The problem ▸ Pull out every line with the word "amount" from the entries below.

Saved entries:
== Segment start ==

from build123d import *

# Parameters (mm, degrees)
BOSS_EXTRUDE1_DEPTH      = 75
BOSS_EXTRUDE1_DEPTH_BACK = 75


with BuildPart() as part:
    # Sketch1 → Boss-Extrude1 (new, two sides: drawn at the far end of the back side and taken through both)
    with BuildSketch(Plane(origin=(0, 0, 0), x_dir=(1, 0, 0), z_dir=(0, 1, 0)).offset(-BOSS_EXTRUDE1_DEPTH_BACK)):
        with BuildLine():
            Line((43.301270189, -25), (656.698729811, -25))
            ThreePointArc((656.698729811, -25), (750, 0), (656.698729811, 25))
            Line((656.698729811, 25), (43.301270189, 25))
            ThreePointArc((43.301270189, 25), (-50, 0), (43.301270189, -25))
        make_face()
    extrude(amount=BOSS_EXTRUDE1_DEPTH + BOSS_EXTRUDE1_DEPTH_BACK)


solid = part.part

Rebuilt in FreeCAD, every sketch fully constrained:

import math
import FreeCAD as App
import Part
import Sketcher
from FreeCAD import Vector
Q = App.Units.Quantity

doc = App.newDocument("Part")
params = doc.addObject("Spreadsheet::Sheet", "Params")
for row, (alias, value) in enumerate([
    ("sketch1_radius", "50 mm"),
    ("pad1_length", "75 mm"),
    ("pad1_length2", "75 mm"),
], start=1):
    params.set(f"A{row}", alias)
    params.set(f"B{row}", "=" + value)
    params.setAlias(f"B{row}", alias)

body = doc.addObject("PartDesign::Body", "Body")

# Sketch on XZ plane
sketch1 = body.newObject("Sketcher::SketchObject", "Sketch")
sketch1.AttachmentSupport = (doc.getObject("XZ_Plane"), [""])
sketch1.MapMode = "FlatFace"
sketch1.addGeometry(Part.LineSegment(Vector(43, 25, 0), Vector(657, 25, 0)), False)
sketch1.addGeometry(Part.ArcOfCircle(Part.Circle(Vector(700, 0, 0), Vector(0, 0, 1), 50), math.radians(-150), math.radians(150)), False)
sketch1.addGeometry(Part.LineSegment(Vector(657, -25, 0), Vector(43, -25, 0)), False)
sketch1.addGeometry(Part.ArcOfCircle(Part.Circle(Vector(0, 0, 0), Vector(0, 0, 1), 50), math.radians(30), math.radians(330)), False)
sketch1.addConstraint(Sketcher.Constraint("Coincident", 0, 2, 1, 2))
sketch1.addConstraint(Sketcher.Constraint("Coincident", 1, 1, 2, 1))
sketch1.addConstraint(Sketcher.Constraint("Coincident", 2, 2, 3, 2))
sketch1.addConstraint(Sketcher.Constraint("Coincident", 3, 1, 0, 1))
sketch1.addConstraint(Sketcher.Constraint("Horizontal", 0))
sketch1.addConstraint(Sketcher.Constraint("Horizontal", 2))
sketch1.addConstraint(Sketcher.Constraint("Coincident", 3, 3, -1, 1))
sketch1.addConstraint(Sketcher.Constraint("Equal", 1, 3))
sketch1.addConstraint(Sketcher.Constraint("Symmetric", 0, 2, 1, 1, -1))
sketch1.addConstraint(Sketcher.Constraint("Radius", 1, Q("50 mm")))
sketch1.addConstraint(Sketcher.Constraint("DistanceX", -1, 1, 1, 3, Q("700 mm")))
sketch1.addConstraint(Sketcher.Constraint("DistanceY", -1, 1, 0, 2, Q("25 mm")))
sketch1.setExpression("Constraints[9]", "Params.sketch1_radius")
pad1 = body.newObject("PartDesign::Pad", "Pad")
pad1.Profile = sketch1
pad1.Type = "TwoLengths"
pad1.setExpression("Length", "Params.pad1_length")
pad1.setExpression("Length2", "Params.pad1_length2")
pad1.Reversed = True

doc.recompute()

== Segment end ==
== Segment start ==

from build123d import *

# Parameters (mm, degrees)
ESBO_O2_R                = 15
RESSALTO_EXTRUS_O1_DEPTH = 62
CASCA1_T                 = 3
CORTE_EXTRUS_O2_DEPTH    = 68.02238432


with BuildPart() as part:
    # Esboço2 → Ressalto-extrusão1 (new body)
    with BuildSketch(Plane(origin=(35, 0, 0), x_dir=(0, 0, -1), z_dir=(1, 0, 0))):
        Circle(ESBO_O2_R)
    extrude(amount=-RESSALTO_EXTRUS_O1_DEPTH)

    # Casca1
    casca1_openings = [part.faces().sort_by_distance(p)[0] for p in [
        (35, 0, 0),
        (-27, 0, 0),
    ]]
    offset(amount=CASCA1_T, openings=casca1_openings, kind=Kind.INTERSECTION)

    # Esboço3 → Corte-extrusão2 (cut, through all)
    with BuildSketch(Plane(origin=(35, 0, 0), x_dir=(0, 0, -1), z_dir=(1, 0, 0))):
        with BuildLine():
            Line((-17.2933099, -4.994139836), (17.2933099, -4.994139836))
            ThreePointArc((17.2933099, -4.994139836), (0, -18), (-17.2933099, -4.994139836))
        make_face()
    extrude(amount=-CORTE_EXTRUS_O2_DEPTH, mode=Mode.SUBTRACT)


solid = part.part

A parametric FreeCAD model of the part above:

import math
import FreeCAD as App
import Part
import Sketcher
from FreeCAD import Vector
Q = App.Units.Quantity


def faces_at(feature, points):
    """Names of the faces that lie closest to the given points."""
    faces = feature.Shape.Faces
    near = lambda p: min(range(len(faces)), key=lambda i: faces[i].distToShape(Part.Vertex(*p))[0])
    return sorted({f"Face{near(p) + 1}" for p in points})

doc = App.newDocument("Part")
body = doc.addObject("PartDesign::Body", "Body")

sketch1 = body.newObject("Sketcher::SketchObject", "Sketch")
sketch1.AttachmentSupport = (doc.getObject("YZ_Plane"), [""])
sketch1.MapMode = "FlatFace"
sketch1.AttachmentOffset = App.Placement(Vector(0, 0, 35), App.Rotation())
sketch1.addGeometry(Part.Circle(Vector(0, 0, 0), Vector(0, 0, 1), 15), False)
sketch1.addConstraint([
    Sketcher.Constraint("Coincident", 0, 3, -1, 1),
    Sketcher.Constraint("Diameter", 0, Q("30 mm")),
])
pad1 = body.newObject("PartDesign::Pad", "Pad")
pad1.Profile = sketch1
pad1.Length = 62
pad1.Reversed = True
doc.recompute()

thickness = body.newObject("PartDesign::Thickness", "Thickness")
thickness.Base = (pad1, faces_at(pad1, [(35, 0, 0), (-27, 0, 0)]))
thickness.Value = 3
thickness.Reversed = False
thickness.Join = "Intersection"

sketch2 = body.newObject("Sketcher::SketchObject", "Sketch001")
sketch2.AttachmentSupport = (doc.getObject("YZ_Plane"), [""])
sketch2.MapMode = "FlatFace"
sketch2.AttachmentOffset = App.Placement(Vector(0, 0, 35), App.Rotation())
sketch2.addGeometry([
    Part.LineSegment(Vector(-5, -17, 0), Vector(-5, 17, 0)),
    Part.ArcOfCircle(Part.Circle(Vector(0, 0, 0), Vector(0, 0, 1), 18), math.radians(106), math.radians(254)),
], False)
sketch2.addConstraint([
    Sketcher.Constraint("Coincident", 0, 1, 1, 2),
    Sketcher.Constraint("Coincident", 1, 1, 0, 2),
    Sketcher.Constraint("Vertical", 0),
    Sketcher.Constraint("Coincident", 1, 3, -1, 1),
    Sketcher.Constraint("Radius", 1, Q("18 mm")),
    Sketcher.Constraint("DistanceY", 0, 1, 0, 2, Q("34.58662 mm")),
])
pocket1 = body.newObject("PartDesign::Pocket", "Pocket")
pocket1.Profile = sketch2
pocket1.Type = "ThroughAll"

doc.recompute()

== Segment end ==
== Segment start ==

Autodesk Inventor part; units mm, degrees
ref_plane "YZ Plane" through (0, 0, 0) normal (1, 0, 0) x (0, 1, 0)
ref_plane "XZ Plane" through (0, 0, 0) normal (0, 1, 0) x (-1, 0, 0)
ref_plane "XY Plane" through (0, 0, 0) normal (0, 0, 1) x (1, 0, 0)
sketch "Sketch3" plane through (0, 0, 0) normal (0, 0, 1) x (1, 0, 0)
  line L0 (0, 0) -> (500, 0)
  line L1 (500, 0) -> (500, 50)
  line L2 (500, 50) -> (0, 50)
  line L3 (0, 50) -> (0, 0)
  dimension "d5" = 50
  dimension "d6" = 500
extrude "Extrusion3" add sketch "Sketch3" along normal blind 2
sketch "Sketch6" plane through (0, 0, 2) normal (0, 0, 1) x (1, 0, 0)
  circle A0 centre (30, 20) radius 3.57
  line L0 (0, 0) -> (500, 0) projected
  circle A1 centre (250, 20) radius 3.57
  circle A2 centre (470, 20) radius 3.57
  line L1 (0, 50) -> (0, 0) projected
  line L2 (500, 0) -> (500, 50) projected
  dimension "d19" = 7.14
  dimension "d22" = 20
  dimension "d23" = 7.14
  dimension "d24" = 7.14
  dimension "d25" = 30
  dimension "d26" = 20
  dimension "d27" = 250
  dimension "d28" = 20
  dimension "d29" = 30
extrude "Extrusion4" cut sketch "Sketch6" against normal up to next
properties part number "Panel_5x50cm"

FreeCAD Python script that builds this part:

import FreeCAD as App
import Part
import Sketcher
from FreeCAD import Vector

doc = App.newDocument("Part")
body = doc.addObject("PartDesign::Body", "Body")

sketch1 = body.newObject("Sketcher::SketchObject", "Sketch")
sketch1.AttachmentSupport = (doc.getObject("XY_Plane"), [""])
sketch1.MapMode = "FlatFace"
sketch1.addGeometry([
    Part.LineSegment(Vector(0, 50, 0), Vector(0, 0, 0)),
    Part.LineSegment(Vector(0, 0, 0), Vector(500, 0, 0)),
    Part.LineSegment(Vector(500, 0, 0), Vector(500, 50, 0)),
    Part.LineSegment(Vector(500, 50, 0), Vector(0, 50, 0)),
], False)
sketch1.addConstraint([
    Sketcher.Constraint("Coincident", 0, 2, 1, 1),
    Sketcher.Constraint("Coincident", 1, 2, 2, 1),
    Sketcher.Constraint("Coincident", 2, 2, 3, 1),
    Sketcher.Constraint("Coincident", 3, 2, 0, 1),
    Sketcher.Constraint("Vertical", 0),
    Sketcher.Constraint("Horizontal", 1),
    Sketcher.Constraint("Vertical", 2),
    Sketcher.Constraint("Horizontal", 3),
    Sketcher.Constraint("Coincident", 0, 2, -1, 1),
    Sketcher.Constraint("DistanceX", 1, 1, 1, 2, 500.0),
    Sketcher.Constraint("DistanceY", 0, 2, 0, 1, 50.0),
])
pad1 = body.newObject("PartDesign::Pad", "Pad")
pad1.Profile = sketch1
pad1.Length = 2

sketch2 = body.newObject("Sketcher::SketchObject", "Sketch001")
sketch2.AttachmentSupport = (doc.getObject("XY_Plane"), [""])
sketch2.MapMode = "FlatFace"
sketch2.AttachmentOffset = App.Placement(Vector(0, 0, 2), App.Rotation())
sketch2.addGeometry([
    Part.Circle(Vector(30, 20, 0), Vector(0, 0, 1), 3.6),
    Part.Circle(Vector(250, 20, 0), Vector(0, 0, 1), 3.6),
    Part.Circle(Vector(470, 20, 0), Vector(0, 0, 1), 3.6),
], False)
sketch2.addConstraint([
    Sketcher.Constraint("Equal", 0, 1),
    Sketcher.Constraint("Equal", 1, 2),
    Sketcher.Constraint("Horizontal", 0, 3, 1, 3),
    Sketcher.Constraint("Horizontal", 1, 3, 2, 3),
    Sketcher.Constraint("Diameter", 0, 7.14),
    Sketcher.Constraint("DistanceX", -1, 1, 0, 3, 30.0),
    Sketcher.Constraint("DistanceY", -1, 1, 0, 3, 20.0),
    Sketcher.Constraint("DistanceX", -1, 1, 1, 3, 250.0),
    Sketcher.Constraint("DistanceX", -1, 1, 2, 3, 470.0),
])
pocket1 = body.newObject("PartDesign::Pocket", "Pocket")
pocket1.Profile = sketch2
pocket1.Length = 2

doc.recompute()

== Segment end ==

Exercise output ▸
    extrude(amount=BOSS_EXTRUDE1_DEPTH + BOSS_EXTRUDE1_DEPTH_BACK)
    extrude(amount=-RESSALTO_EXTRUS_O1_DEPTH)
    offset(amount=CASCA1_T, openings=casca1_openings, kind=Kind.INTERSECTION)
    extrude(amount=-CORTE_EXTRUS_O2_DEPTH, mode=Mode.SUBTRACT)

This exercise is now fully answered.